*** Provided information ***

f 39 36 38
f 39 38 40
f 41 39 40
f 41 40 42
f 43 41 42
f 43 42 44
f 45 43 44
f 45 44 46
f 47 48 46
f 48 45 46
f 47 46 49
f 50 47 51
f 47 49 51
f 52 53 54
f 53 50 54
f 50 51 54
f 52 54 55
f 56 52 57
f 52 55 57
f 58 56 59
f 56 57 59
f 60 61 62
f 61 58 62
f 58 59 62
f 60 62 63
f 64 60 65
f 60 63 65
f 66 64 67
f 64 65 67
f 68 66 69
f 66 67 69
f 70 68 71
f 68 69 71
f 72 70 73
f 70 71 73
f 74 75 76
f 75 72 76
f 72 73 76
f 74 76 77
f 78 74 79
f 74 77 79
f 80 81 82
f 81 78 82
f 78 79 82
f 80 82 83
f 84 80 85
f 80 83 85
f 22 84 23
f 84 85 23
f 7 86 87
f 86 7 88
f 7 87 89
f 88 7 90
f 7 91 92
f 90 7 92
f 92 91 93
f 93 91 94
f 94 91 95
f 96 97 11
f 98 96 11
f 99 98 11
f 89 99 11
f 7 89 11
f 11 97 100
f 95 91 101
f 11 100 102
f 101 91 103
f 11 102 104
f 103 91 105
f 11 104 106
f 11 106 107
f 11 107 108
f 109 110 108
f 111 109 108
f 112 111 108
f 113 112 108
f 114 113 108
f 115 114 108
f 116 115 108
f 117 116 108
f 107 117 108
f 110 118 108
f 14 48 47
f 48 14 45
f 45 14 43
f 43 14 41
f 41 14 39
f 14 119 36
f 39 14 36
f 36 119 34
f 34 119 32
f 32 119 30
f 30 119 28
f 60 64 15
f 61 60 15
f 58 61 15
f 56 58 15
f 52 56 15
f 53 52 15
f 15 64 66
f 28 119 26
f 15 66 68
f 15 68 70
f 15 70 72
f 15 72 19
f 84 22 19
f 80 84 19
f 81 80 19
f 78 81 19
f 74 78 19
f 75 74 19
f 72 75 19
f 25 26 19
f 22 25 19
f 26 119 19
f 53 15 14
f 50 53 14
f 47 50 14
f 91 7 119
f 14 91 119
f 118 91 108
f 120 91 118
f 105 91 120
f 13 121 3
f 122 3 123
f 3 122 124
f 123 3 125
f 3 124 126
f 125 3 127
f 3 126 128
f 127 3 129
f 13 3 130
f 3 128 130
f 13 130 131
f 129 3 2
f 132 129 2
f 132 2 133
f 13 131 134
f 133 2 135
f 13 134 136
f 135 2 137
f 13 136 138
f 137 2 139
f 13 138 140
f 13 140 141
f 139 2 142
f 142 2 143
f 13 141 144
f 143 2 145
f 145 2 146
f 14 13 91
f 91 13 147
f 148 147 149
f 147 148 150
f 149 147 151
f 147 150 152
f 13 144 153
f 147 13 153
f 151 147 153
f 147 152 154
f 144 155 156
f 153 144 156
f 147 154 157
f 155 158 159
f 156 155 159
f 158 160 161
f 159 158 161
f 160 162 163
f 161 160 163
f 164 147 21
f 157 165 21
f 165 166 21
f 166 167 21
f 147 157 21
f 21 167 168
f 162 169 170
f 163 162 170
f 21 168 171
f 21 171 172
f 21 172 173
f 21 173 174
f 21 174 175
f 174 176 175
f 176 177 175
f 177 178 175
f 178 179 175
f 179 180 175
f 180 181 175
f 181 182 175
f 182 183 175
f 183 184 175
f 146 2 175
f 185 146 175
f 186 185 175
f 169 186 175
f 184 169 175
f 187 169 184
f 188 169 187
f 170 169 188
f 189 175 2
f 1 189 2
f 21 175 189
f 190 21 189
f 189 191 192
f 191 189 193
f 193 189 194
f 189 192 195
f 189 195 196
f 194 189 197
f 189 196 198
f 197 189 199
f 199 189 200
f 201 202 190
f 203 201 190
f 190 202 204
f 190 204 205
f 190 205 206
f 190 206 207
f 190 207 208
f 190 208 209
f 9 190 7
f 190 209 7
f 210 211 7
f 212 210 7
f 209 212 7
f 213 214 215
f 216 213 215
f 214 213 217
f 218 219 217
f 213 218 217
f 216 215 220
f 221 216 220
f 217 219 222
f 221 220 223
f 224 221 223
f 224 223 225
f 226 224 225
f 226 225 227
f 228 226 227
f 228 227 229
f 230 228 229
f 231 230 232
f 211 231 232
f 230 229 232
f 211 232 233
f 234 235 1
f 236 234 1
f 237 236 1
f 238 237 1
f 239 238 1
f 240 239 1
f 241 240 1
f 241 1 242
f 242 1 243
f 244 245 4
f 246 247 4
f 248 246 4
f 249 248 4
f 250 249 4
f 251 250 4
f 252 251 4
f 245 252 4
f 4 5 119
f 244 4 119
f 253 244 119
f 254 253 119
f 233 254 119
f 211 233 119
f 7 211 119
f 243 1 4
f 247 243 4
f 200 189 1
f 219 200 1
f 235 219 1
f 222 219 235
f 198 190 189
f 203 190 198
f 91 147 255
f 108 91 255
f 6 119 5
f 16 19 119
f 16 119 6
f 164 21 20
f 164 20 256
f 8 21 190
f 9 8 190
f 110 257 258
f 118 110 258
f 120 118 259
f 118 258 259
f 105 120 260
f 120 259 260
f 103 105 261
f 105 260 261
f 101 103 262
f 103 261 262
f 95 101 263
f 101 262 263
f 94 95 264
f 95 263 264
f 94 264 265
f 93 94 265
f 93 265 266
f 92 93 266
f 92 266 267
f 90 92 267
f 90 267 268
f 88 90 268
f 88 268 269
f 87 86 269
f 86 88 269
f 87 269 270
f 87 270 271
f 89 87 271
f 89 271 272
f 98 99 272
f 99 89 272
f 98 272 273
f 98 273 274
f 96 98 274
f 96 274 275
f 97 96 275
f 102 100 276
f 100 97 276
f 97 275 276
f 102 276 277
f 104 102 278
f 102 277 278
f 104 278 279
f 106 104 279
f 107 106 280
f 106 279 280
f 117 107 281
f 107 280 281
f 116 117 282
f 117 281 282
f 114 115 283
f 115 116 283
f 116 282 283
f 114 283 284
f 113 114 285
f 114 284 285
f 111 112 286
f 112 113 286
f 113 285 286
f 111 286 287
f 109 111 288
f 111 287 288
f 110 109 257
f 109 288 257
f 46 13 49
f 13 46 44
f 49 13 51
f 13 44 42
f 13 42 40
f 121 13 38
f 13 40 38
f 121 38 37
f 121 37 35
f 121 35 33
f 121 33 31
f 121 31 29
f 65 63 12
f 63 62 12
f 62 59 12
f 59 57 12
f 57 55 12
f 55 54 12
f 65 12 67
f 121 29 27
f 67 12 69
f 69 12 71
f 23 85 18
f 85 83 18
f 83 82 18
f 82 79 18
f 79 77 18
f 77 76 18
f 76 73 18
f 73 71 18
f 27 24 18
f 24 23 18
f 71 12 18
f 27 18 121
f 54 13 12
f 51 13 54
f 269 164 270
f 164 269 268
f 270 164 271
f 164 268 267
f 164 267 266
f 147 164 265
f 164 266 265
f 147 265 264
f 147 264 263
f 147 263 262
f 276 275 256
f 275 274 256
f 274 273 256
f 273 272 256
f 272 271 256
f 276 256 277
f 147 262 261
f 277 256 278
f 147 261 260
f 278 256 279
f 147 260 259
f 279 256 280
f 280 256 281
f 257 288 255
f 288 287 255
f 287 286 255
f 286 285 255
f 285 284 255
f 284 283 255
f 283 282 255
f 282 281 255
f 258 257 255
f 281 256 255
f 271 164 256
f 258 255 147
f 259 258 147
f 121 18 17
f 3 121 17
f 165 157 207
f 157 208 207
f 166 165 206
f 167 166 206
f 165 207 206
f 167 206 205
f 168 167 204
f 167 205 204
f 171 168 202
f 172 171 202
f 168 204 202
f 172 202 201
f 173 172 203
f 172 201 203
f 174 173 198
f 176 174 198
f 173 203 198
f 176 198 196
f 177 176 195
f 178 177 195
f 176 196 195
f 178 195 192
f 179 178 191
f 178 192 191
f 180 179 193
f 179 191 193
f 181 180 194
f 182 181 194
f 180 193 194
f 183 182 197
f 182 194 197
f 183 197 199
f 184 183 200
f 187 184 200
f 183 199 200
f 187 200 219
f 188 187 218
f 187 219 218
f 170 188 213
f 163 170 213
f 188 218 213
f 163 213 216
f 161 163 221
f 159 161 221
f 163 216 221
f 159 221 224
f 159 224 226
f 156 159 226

***
*** Provided information ***

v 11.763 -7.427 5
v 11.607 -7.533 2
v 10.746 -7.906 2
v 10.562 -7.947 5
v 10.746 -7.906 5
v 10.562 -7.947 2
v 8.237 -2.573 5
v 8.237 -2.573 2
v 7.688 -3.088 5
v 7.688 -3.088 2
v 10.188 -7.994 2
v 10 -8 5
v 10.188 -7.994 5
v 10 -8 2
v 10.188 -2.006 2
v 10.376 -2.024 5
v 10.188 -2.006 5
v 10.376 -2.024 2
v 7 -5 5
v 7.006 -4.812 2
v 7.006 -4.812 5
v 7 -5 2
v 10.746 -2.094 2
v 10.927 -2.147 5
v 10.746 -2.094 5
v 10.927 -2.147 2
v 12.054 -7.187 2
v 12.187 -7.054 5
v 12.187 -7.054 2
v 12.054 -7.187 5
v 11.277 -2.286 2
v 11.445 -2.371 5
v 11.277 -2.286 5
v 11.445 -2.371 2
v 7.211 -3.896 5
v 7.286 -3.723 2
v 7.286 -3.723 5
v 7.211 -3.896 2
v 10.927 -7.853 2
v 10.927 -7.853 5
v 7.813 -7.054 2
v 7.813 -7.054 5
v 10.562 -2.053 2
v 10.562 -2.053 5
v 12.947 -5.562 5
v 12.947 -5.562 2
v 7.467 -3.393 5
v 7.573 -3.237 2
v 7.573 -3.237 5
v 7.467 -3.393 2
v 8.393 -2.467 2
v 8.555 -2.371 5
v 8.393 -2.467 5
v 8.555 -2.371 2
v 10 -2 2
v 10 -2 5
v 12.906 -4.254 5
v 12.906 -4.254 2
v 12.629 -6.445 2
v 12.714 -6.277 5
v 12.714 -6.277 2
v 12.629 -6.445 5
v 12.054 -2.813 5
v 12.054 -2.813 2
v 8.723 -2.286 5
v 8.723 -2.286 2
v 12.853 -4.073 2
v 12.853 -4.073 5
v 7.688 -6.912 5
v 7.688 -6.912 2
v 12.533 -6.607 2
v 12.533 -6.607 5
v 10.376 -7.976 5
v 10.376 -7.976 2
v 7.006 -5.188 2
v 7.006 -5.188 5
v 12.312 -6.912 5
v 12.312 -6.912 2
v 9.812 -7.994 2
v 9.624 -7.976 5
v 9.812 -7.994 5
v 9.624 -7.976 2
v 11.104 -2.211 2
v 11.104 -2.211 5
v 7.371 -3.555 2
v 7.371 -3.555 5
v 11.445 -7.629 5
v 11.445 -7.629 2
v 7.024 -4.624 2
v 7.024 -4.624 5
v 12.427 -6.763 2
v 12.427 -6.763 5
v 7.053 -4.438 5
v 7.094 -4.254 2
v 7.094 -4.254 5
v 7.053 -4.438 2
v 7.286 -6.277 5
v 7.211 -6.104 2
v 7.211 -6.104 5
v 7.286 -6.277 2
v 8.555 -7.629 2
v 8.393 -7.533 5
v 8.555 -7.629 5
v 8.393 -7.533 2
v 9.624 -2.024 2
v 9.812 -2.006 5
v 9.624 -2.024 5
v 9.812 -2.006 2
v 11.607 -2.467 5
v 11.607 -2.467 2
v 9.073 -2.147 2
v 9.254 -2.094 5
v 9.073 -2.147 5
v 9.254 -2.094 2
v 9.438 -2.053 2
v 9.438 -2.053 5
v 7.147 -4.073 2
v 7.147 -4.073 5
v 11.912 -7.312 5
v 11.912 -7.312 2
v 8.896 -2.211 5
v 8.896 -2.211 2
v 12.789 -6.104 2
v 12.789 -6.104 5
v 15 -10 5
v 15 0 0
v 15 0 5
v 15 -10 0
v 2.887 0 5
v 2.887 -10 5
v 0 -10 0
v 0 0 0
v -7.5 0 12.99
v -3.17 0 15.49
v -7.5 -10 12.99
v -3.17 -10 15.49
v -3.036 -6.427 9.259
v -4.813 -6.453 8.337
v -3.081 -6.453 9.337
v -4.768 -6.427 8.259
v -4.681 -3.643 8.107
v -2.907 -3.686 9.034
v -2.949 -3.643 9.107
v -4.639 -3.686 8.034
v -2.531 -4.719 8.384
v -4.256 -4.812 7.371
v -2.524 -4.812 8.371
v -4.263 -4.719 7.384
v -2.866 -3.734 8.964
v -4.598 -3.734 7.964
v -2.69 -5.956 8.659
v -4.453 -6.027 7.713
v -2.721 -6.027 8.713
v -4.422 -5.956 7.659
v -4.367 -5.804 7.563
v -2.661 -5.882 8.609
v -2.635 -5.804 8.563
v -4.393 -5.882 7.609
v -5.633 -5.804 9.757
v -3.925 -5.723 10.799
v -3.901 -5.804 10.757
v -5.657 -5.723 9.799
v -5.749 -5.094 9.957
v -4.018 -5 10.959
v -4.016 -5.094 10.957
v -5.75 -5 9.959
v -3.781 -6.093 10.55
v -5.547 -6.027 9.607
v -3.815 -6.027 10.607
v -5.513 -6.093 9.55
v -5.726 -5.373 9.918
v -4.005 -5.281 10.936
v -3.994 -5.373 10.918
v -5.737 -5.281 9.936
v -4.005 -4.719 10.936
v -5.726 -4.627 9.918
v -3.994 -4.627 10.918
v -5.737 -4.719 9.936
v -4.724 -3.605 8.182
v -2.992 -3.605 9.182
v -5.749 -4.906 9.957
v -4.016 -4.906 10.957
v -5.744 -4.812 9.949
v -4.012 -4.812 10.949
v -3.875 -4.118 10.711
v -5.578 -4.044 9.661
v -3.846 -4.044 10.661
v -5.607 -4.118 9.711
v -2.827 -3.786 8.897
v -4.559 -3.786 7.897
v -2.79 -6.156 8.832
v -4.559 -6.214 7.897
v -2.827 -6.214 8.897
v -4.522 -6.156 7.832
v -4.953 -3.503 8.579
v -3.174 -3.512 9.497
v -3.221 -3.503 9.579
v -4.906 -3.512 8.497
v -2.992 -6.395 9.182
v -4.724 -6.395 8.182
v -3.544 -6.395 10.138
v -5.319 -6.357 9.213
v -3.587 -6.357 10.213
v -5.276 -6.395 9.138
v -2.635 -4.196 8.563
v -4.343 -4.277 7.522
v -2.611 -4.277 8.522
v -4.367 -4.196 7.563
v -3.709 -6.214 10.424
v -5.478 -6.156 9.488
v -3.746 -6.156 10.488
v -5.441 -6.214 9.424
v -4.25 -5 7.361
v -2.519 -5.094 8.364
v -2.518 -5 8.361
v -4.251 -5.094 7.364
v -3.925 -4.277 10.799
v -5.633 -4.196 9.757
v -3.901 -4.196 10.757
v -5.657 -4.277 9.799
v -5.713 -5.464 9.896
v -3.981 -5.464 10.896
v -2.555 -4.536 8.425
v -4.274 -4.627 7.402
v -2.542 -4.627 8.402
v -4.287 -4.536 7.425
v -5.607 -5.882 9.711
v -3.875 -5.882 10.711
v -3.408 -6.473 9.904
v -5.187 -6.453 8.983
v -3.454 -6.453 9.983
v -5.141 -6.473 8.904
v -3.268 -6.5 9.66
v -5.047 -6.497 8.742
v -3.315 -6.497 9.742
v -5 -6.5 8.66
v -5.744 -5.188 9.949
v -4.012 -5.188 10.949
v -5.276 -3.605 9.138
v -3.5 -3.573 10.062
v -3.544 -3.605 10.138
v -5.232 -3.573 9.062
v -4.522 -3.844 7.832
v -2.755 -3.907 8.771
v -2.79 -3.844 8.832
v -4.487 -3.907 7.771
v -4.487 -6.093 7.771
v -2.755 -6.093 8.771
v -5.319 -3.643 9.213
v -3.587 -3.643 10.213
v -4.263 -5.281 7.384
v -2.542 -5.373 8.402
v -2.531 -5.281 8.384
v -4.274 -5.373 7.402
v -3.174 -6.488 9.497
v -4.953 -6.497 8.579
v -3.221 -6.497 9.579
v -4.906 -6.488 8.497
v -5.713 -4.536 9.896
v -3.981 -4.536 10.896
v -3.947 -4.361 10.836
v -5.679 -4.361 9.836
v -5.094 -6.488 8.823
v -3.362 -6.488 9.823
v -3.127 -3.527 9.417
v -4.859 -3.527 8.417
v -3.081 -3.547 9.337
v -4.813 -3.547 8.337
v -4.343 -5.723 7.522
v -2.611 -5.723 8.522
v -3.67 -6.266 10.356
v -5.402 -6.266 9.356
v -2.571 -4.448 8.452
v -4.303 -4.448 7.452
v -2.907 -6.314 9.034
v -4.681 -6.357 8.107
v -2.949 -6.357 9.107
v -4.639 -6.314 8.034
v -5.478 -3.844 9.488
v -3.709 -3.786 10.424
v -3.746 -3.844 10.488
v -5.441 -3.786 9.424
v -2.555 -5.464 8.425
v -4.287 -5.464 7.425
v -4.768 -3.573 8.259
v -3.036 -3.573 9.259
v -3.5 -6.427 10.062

***

The stretch of entries above that starts with the line containing "v 11.445 -2.371 2" and goes on through the line containing "v 12.054 -2.813 5" is to be transcribed exactly, and no other line is to be transcribed.

v 11.445 -2.371 2
v 7.211 -3.896 5
v 7.286 -3.723 2
v 7.286 -3.723 5
v 7.211 -3.896 2
v 10.927 -7.853 2
v 10.927 -7.853 5
v 7.813 -7.054 2
v 7.813 -7.054 5
v 10.562 -2.053 2
v 10.562 -2.053 5
v 12.947 -5.562 5
v 12.947 -5.562 2
v 7.467 -3.393 5
v 7.573 -3.237 2
v 7.573 -3.237 5
v 7.467 -3.393 2
v 8.393 -2.467 2
v 8.555 -2.371 5
v 8.393 -2.467 5
v 8.555 -2.371 2
v 10 -2 2
v 10 -2 5
v 12.906 -4.254 5
v 12.906 -4.254 2
v 12.629 -6.445 2
v 12.714 -6.277 5
v 12.714 -6.277 2
v 12.629 -6.445 5
v 12.054 -2.813 5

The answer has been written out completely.